Making Your Own Text Frames

Intrepid travelers will be glad to know that you don’t have to rely solely on the text frames in slide layouts. You can create text frames of your own. And PowerPoint permits you to turn an autoshape into a text frame as well.

 -  Text frame: To insert a text frame of your own, choose Insert -> Text Box or click the Text Box button on the Drawing toolbar. The cursor changes into a cross hair. Click and drag to draw the frame.

 -  Autoshape: To insert an autoshape, click the AutoShapes button on the Drawing toolbar and, on the pop-up menu, choose the kind of shape you want and then the shape itself from the submenu. Drag on the slide to draw the shape. Click in a text box or autoshape and start typing to enter the text. The Increase Font Size and Decrease Font Size buttons come in very handy when you are trying to make text fit in a text box or autoshape.

Changing the Look of Text

Most of the text-formatting commands that you know and love in Microsoft Word are also available in PowerPoint. These options are available in the Font dialog box, which you can open by choosing Format -> Font.

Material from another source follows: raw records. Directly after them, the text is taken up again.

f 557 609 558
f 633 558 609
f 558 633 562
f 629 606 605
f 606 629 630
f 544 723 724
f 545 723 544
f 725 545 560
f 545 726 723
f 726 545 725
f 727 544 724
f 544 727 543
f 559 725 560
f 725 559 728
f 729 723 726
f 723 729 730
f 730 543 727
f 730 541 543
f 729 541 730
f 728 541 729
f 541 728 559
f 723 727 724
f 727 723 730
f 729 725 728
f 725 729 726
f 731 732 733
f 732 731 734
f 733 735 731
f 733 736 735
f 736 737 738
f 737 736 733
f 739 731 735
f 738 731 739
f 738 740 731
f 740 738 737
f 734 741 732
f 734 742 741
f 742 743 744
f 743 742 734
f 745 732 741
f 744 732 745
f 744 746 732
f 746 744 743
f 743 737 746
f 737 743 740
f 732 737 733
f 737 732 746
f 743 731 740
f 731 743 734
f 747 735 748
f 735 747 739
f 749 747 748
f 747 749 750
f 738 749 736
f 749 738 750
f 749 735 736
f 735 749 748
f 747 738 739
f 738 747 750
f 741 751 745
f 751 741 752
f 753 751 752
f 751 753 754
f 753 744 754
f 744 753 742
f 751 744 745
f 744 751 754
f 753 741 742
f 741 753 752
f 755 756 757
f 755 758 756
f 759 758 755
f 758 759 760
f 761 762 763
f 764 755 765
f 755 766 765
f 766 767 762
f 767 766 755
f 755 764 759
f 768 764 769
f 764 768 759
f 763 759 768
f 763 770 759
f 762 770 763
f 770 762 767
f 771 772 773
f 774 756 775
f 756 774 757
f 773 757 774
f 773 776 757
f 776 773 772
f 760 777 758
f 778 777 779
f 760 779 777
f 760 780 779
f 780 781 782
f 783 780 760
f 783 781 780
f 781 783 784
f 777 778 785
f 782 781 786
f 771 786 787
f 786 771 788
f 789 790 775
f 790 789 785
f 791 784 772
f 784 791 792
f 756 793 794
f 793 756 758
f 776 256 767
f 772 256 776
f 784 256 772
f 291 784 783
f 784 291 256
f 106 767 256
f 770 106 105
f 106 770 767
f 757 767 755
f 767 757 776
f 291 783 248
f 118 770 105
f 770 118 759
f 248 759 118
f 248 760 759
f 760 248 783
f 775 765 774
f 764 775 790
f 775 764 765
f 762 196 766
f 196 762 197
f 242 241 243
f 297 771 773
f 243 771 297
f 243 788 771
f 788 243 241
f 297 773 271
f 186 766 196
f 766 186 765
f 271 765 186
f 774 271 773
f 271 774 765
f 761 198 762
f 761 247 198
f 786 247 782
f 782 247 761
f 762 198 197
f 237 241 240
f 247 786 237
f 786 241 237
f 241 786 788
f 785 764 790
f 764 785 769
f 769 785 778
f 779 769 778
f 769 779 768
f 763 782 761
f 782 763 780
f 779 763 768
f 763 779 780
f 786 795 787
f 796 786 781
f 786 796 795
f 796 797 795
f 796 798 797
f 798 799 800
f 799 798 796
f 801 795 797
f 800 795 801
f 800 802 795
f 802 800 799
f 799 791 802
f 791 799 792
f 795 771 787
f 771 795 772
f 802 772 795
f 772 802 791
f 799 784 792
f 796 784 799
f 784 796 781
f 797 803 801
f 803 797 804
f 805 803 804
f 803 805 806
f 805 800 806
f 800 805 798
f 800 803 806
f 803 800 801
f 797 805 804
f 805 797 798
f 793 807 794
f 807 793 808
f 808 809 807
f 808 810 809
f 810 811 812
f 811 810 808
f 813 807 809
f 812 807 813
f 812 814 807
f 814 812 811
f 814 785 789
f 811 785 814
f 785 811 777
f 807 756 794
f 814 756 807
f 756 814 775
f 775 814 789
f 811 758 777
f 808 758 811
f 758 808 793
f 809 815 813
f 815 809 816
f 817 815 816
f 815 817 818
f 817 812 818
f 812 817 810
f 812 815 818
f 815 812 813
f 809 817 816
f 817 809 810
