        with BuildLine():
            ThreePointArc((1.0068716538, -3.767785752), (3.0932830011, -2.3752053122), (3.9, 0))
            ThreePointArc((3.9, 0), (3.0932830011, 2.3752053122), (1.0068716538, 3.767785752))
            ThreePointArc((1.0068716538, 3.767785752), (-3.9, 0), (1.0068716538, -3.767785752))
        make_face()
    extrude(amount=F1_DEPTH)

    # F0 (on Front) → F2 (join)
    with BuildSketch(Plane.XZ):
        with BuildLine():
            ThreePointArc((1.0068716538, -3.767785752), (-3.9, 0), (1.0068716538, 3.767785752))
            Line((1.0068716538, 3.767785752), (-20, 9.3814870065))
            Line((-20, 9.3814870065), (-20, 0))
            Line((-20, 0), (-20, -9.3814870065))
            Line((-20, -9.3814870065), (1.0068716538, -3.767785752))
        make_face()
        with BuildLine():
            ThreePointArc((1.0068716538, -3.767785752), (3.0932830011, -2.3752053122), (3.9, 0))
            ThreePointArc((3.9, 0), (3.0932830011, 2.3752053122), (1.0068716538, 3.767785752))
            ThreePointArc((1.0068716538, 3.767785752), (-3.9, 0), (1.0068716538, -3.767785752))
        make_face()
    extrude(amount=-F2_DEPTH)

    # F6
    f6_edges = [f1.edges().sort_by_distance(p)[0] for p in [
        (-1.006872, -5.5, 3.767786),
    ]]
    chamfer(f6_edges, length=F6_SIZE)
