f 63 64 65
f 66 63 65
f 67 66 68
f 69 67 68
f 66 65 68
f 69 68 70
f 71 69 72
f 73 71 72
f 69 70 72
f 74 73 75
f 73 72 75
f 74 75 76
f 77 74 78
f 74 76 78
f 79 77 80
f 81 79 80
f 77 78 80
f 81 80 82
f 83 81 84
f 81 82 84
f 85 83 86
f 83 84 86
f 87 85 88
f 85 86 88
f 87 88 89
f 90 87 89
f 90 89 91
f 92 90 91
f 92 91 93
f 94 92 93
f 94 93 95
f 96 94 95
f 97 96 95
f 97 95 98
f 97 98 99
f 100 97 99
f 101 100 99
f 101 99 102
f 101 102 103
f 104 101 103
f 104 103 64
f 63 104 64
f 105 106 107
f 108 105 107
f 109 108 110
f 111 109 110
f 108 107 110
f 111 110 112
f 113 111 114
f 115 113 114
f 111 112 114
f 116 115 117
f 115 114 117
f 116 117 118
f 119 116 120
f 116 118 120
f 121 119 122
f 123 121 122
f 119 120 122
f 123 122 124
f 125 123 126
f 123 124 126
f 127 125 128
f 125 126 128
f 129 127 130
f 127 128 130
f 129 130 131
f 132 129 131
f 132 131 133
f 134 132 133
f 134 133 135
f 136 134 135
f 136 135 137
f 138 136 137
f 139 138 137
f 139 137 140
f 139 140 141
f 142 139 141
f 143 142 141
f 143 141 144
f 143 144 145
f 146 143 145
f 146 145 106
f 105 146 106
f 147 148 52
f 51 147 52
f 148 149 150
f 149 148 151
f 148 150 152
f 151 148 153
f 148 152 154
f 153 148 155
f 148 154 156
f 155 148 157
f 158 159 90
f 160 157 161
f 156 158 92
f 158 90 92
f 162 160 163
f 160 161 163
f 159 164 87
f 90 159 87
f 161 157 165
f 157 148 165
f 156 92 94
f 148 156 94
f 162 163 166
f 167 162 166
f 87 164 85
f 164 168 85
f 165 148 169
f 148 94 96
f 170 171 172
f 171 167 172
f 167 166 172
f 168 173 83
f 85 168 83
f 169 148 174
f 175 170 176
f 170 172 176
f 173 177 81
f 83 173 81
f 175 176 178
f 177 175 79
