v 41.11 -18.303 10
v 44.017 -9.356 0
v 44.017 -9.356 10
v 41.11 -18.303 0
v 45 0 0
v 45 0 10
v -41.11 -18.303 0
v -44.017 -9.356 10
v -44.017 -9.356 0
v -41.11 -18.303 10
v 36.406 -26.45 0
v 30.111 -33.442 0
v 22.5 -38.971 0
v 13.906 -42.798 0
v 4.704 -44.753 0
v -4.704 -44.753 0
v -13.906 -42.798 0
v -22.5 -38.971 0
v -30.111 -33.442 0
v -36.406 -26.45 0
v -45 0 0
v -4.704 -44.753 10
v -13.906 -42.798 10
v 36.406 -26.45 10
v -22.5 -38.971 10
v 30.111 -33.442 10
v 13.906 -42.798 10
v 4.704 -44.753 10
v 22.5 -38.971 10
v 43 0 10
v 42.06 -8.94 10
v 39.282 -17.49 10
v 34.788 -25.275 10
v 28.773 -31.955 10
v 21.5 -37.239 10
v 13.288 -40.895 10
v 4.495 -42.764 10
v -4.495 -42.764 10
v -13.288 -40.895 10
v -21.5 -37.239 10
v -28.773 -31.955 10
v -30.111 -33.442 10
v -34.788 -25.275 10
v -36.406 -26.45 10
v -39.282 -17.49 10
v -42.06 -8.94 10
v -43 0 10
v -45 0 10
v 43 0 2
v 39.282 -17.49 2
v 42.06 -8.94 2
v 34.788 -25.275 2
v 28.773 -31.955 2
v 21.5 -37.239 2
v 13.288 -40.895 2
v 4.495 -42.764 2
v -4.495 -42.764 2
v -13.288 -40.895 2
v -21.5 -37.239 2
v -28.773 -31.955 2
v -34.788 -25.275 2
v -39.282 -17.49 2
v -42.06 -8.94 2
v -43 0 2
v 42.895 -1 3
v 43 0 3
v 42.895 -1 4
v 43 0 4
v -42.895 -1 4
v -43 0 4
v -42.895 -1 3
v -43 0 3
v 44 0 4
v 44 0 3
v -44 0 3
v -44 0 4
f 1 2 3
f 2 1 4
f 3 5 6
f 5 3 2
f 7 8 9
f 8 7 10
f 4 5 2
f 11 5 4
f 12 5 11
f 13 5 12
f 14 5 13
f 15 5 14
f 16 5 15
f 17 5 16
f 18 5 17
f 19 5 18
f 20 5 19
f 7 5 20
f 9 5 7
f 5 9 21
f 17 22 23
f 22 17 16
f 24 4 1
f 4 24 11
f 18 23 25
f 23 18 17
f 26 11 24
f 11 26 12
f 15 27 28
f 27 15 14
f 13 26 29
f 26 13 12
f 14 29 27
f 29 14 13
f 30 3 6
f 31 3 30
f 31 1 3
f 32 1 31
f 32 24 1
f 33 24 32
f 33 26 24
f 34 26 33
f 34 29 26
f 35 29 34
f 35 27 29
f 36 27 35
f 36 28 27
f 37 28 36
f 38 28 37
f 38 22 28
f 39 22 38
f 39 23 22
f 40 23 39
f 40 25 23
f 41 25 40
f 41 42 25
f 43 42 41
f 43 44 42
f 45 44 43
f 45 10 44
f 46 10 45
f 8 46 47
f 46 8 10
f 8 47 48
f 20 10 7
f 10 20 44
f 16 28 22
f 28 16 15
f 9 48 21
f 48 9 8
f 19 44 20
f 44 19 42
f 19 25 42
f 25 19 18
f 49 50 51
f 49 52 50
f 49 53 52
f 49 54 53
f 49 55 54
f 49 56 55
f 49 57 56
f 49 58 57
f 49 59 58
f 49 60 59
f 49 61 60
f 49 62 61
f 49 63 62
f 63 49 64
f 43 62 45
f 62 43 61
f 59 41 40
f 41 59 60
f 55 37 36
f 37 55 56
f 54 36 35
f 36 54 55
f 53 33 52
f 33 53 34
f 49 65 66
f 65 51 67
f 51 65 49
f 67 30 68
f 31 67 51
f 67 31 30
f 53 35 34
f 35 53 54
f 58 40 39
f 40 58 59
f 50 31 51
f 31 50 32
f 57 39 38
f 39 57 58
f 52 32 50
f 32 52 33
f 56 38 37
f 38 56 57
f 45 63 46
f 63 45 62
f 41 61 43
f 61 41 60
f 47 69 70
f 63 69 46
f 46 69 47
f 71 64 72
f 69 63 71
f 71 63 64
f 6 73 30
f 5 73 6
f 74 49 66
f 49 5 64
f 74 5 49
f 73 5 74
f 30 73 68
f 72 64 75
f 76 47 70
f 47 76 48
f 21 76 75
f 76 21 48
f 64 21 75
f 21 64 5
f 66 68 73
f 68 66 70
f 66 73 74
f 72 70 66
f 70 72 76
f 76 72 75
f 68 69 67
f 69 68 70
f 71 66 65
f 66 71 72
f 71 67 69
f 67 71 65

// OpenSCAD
$fn=30;
difference(){
	difference(){
		cylinder(h=10, r=45);
		translate([0,0,2])
			cylinder(h=15,r=43);
	}

	translate([-45,0,-1])
		cube(112);
}

for (i=[-42:45])
{
translate([1-i,-1,3])
cube([1,1,1]);
}

difference(){
	difference(){
		cylinder(h=10, r=45);
		translate([0,0,2])
			cylinder(h=15,r=43);
	}

	translate([-45,0,-1])
		cube(112);
}
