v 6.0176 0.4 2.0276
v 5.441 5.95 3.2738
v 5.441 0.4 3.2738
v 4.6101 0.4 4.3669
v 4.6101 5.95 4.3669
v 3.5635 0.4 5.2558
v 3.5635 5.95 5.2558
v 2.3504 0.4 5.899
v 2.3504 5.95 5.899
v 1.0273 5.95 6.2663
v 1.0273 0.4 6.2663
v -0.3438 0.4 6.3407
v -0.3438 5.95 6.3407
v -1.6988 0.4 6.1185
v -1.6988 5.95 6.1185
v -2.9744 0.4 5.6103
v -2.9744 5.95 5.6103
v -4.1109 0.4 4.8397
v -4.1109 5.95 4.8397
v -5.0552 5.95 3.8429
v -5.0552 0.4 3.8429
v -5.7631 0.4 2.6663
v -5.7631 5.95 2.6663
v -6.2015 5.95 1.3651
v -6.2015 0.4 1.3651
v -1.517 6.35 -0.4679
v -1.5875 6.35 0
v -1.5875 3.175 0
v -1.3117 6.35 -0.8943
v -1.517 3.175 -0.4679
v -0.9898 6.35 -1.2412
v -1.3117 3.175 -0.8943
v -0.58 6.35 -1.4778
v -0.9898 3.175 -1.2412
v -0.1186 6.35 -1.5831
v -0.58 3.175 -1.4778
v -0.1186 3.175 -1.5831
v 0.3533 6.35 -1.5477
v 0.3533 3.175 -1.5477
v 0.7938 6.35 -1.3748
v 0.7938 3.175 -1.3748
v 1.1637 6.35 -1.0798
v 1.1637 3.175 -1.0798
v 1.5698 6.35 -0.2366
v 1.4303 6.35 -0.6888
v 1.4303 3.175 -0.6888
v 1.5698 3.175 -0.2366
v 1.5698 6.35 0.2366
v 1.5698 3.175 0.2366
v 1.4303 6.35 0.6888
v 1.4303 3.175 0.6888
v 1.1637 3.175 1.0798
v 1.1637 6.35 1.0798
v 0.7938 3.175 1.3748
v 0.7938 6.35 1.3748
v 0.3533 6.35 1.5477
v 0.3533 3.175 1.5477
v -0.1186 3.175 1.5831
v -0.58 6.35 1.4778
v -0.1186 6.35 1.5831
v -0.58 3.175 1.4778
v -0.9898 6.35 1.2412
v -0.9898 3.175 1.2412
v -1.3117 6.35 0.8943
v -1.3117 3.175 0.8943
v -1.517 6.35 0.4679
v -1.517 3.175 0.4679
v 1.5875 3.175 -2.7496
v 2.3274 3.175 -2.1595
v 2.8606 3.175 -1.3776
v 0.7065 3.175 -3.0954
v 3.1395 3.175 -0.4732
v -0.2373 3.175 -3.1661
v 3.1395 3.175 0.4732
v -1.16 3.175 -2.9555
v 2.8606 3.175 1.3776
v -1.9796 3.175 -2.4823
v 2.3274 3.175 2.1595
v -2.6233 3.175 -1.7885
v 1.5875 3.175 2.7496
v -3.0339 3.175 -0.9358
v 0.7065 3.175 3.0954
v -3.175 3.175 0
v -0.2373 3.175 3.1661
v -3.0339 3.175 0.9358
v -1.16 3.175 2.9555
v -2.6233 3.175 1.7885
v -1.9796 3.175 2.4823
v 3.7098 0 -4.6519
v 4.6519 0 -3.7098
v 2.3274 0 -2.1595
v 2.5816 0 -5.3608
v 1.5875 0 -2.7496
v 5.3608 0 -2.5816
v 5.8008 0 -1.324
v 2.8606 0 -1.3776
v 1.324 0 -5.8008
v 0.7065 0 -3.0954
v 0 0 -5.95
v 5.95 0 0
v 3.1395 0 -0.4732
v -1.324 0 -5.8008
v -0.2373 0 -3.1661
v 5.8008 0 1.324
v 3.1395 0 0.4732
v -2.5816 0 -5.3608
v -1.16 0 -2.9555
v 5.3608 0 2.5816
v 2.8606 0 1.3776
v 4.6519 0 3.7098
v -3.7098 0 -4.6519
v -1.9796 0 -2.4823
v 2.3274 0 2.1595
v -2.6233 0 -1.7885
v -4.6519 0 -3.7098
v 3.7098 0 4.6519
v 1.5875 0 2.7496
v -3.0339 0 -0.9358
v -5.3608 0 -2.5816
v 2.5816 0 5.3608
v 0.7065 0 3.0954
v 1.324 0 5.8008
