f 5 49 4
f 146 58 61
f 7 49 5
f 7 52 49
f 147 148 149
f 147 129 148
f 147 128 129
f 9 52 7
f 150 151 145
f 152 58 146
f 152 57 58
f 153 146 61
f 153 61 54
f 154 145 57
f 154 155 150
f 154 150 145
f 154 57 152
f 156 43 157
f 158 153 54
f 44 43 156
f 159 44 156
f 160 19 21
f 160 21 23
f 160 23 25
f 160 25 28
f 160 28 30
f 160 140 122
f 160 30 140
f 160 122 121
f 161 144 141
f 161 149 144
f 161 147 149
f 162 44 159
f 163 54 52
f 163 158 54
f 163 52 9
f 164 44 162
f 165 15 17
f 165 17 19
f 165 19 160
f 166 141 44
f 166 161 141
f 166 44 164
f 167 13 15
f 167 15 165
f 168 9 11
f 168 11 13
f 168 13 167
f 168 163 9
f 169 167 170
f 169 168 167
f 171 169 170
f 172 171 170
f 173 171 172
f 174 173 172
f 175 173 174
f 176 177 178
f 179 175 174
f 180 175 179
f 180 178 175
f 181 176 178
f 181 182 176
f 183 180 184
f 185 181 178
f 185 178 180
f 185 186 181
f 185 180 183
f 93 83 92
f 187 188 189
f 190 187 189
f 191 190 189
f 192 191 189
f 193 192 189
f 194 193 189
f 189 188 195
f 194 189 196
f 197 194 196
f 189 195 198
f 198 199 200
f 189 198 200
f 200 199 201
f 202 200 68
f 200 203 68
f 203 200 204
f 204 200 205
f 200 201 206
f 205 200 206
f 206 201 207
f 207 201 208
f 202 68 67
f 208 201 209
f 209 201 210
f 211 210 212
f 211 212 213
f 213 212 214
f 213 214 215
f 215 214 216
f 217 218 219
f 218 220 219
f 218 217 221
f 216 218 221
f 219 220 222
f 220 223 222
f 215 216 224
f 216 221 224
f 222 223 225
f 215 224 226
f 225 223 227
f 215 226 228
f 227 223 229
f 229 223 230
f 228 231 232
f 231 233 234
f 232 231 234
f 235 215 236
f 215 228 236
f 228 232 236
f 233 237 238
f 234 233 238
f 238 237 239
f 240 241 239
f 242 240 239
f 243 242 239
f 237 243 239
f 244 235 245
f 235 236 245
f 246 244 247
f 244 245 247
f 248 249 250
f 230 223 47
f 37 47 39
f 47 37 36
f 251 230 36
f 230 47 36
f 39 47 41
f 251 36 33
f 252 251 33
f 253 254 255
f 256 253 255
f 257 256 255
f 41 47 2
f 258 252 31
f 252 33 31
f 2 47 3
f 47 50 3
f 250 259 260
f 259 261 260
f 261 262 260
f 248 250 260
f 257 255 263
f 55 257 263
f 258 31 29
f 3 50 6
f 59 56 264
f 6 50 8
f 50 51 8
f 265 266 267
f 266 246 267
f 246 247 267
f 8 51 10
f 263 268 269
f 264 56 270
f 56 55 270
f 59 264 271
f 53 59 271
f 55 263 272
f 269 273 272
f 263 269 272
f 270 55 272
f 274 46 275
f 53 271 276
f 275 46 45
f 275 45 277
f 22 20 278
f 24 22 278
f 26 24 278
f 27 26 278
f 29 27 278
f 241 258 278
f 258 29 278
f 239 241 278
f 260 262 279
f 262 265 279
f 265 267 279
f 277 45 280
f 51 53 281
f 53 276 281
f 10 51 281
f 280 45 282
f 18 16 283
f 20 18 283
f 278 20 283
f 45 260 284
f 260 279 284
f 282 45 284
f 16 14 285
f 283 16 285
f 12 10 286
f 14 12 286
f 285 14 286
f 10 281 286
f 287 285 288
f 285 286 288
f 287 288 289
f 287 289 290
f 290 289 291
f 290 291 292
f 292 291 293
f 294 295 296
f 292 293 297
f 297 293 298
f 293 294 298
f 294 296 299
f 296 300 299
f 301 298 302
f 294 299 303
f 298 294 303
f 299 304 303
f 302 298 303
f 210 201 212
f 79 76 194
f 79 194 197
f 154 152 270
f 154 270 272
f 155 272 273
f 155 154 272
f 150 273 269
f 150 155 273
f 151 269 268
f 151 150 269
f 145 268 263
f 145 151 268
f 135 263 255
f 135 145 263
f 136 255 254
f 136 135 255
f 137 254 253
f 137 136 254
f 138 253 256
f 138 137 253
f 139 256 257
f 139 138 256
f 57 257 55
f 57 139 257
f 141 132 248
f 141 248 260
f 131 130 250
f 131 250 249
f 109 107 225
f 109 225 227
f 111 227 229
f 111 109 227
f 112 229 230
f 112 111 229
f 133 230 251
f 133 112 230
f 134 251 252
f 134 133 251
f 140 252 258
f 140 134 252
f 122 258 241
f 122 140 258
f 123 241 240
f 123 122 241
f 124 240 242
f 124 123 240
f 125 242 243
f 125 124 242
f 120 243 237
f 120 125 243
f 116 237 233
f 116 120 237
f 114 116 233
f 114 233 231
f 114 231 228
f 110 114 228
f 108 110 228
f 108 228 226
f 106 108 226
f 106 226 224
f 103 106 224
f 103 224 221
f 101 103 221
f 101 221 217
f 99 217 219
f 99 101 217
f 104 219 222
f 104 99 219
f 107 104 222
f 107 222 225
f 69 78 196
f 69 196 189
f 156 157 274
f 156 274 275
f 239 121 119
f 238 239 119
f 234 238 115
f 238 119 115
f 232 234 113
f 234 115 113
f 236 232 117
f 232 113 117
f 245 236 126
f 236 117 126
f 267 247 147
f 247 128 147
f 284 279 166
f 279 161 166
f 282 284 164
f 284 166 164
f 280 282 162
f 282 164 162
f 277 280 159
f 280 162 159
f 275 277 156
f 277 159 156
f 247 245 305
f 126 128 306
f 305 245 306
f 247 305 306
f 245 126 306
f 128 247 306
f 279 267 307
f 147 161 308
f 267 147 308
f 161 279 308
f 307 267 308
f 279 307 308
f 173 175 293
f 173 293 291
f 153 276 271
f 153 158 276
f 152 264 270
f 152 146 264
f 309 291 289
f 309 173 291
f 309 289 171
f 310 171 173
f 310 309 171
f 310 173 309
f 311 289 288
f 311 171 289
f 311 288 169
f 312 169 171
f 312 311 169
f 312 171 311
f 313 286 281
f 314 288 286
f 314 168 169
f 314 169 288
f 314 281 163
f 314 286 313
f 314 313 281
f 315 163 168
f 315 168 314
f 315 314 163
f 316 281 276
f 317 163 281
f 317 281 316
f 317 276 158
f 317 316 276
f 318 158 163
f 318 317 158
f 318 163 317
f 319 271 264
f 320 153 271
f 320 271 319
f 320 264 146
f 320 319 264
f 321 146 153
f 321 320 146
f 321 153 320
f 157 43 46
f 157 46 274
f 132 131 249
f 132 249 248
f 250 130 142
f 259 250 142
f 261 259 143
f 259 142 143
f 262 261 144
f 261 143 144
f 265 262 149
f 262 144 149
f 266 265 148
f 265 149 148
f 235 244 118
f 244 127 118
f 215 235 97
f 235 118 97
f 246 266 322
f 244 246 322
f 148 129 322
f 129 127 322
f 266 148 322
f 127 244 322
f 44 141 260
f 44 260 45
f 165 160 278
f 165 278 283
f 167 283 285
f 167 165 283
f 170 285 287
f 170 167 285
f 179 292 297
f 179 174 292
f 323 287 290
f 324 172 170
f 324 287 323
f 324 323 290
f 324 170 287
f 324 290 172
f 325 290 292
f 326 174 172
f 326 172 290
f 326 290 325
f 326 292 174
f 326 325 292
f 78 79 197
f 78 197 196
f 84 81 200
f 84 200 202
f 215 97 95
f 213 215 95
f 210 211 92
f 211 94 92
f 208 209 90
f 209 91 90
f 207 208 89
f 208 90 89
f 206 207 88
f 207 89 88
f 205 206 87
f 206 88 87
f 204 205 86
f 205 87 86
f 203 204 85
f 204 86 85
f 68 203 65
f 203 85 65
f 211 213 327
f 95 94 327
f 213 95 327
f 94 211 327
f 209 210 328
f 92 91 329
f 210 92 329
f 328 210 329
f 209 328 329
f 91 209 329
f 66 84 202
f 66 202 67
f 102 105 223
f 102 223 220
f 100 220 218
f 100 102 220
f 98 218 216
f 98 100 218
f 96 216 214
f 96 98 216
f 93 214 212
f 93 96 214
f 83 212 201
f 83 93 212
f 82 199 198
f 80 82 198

You can also take advantage of these text-formatting shortcuts:

 -  Changing fonts: Select the text and choose an option from the Font drop-down list on the Formatting toolbar.

 -  Changing font size: Select the text and choose an option on the Font Size drop-down list. For your convenience, you can also click the Increase Font Size or Decrease Font Size buttons until the text is just so.

 -  Choosing character styles: Click the Bold, Italic, Underline, or Shadow button to change the look of the letters.

 -  Changing the color of text: Select the text, open the Font Color button’s menu and select a color.

 -  Changing case: Case refers to whether letters are upper- or lowercase. Press Shift+F3 as many times as necessary until the letters are the right case: Sentence case, lowercase, UPPERCASE, or Title Case. You can also choose Format -> Change Case and make a choice in the Change Case dialog box. To quickly change fonts throughout a presentation, PowerPoint offers the Format -> Replace Fonts command. Going to the Slide Master is another way to change fonts throughout a presentation.